Figure 1: Individual Market Enrollment, 2011 – 2017

Changes in On vs. Off-Exchange Enrollment

After peaking at 11.1 million people in 2016, exchange enrollment has declined somewhat but has largely remained stable. In the first quarter of 2018, 10.6 million people were covered on the ACA exchanges, including 9.2 million people receiving federal premium subsidies (Figure 2)4.

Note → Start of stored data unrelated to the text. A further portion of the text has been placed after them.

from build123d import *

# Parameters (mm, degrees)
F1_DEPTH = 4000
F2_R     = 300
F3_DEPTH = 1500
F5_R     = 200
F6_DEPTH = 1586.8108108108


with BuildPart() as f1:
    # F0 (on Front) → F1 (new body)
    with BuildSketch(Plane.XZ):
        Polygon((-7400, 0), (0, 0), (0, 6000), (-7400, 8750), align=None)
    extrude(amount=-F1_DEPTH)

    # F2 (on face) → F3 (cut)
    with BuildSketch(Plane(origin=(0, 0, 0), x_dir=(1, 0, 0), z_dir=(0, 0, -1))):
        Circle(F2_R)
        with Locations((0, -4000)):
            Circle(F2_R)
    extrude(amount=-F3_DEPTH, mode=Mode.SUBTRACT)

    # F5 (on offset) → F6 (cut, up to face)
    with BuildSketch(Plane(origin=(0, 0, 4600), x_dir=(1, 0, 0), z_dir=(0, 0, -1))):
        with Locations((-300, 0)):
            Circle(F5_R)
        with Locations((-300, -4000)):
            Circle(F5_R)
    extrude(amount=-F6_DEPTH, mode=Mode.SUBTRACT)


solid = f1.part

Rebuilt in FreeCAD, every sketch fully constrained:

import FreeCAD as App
import Part
import Sketcher
from FreeCAD import Vector
Q = App.Units.Quantity

doc = App.newDocument("Part")
body = doc.addObject("PartDesign::Body", "Body")

# Sketch on XZ plane
sketch1 = body.newObject("Sketcher::SketchObject", "Sketch")
sketch1.AttachmentSupport = (doc.getObject("XZ_Plane"), [""])
sketch1.MapMode = "FlatFace"
sketch1.addGeometry([
    Part.LineSegment(Vector(-7400, 0, 0), Vector(0, 0, 0)),
    Part.LineSegment(Vector(0, 0, 0), Vector(0, 6000, 0)),
    Part.LineSegment(Vector(0, 6000, 0), Vector(-7400, 8750, 0)),
    Part.LineSegment(Vector(-7400, 8750, 0), Vector(-7400, 0, 0)),
], False)
sketch1.addConstraint([
    Sketcher.Constraint("Coincident", 0, 2, 1, 1),
    Sketcher.Constraint("Coincident", 1, 2, 2, 1),
    Sketcher.Constraint("Coincident", 2, 2, 3, 1),
    Sketcher.Constraint("Coincident", 3, 2, 0, 1),
    Sketcher.Constraint("Horizontal", 0),
    Sketcher.Constraint("Vertical", 1),
    Sketcher.Constraint("Vertical", 3),
    Sketcher.Constraint("Coincident", 0, 2, -1, 1),
    Sketcher.Constraint("DistanceX", 0, 1, 0, 2, Q("7400 mm")),
    Sketcher.Constraint("DistanceY", 1, 1, 1, 2, Q("6000 mm")),
    Sketcher.Constraint("DistanceY", 3, 2, 3, 1, Q("8750 mm")),
])
pad1 = body.newObject("PartDesign::Pad", "Pad")
pad1.Profile = sketch1
pad1.Length = 4000
pad1.Reversed = True

# Sketch on XY plane
sketch2 = body.newObject("Sketcher::SketchObject", "Sketch001")
sketch2.AttachmentSupport = (doc.getObject("XY_Plane"), [""])
sketch2.MapMode = "FlatFace"
sketch2.addGeometry([
    Part.Circle(Vector(0, 0, 0), Vector(0, 0, 1), 300),
    Part.Circle(Vector(0, 4000, 0), Vector(0, 0, 1), 300),
], False)
sketch2.addConstraint([
    Sketcher.Constraint("Coincident", 0, 3, -1, 1),
    Sketcher.Constraint("Equal", 0, 1),
    Sketcher.Constraint("PointOnObject", 1, 3, -2),
    Sketcher.Constraint("Diameter", 0, Q("600 mm")),
    Sketcher.Constraint("DistanceY", -1, 1, 1, 3, Q("4000 mm")),
])
pocket1 = body.newObject("PartDesign::Pocket", "Pocket")
pocket1.Profile = sketch2
pocket1.Length = 1500
pocket1.Reversed = True

# Sketch on XY plane
sketch3 = body.newObject("Sketcher::SketchObject", "Sketch002")
sketch3.AttachmentSupport = (doc.getObject("XY_Plane"), [""])
sketch3.MapMode = "FlatFace"
sketch3.AttachmentOffset = App.Placement(Vector(0, 0, 4600), App.Rotation())
sketch3.addGeometry([
    Part.Circle(Vector(-300, 0, 0), Vector(0, 0, 1), 200),
    Part.Circle(Vector(-300, 4000, 0), Vector(0, 0, 1), 200),
], False)
sketch3.addConstraint([
    Sketcher.Constraint("Equal", 0, 1),
    Sketcher.Constraint("PointOnObject", 0, 3, -1),
    Sketcher.Constraint("Vertical", 0, 3, 1, 3),
    Sketcher.Constraint("Diameter", 0, Q("400 mm")),
    Sketcher.Constraint("DistanceX", 0, 3, -1, 1, Q("300 mm")),
    Sketcher.Constraint("DistanceY", -1, 1, 1, 3, Q("4000 mm")),
])
pocket2 = body.newObject("PartDesign::Pocket", "Pocket001")
pocket2.Profile = sketch3
pocket2.Length = 1586.810811
pocket2.Reversed = True

doc.recompute()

Figure 2: Q1 Exchange Enrollment, 2015 – 2018

Declining off-exchange enrollment accounts for much of the drop in individual market enrollment since 2016. Total individual market enrollment began to decline in 2017 and has continued to fall in the first quarter of 2018 (Figure 3). Total individual market enrollment declined by 2 million people (12%) from the first quarter of 2017 to the first quarter of 2018. All of this decline was in the off-exchange market, which fell by 2.3 million people (38%). Exchange enrollment increased slightly by 313 thousand people (3%), reflecting an increase in enrollment among subsidized enrollees and a decrease among those not eligible for subsidies5. The “silver loading” of premiums in response to termination of cost-sharing subsidy payments to insurers in late 2017 inflated premium subsidies in 2018 and made zero-premium bronze plans possible for many more people. This may have boosted enrollment among subsidized consumers in 2018.

Figure 3: Change in Q1 Enrollment, 2017 – 2018

Off-exchange enrollment includes ACA-compliant plans that are sold outside of the exchange but are part of the same risk pool. The primary distinction between on and off exchange ACA-compliant plans is that subsidies are only available through the exchange. To the extent that fewer people in good health buy off-exchange ACA-compliant plans, premiums in on-exchange plans are affected as well. Non-compliant plans – including grandfathered and short-term plans – that are not part of the ACA risk pool -are also included in off-exchange enrollment. In 2017, 3.6 million people were covered by off-exchange ACA compliant plans, and 1.8 million people had non-compliant plans6.

The decline in individual market enrollment coincides with significant premium increases in 2017 and 2018. In the early years of the ACA exchanges, insurers underestimated how sick the new risk pool would be and set premiums too low to cover their claims. A number of insurers then exited the market and the remaining insurers raised premiums substantially on average to match their costs (Figure 4). Our analysis of insurer financials showed the market was stabilizing by 2017 and insurers were starting to become profitable in the individual market for the first time under the ACA. Signs pointed toward the 2017 premium increases being a one-time market correction. However, premiums increased again in 2018, in large part compensating for uncertainty around enforcement of the individual mandate and the termination of cost sharing payments.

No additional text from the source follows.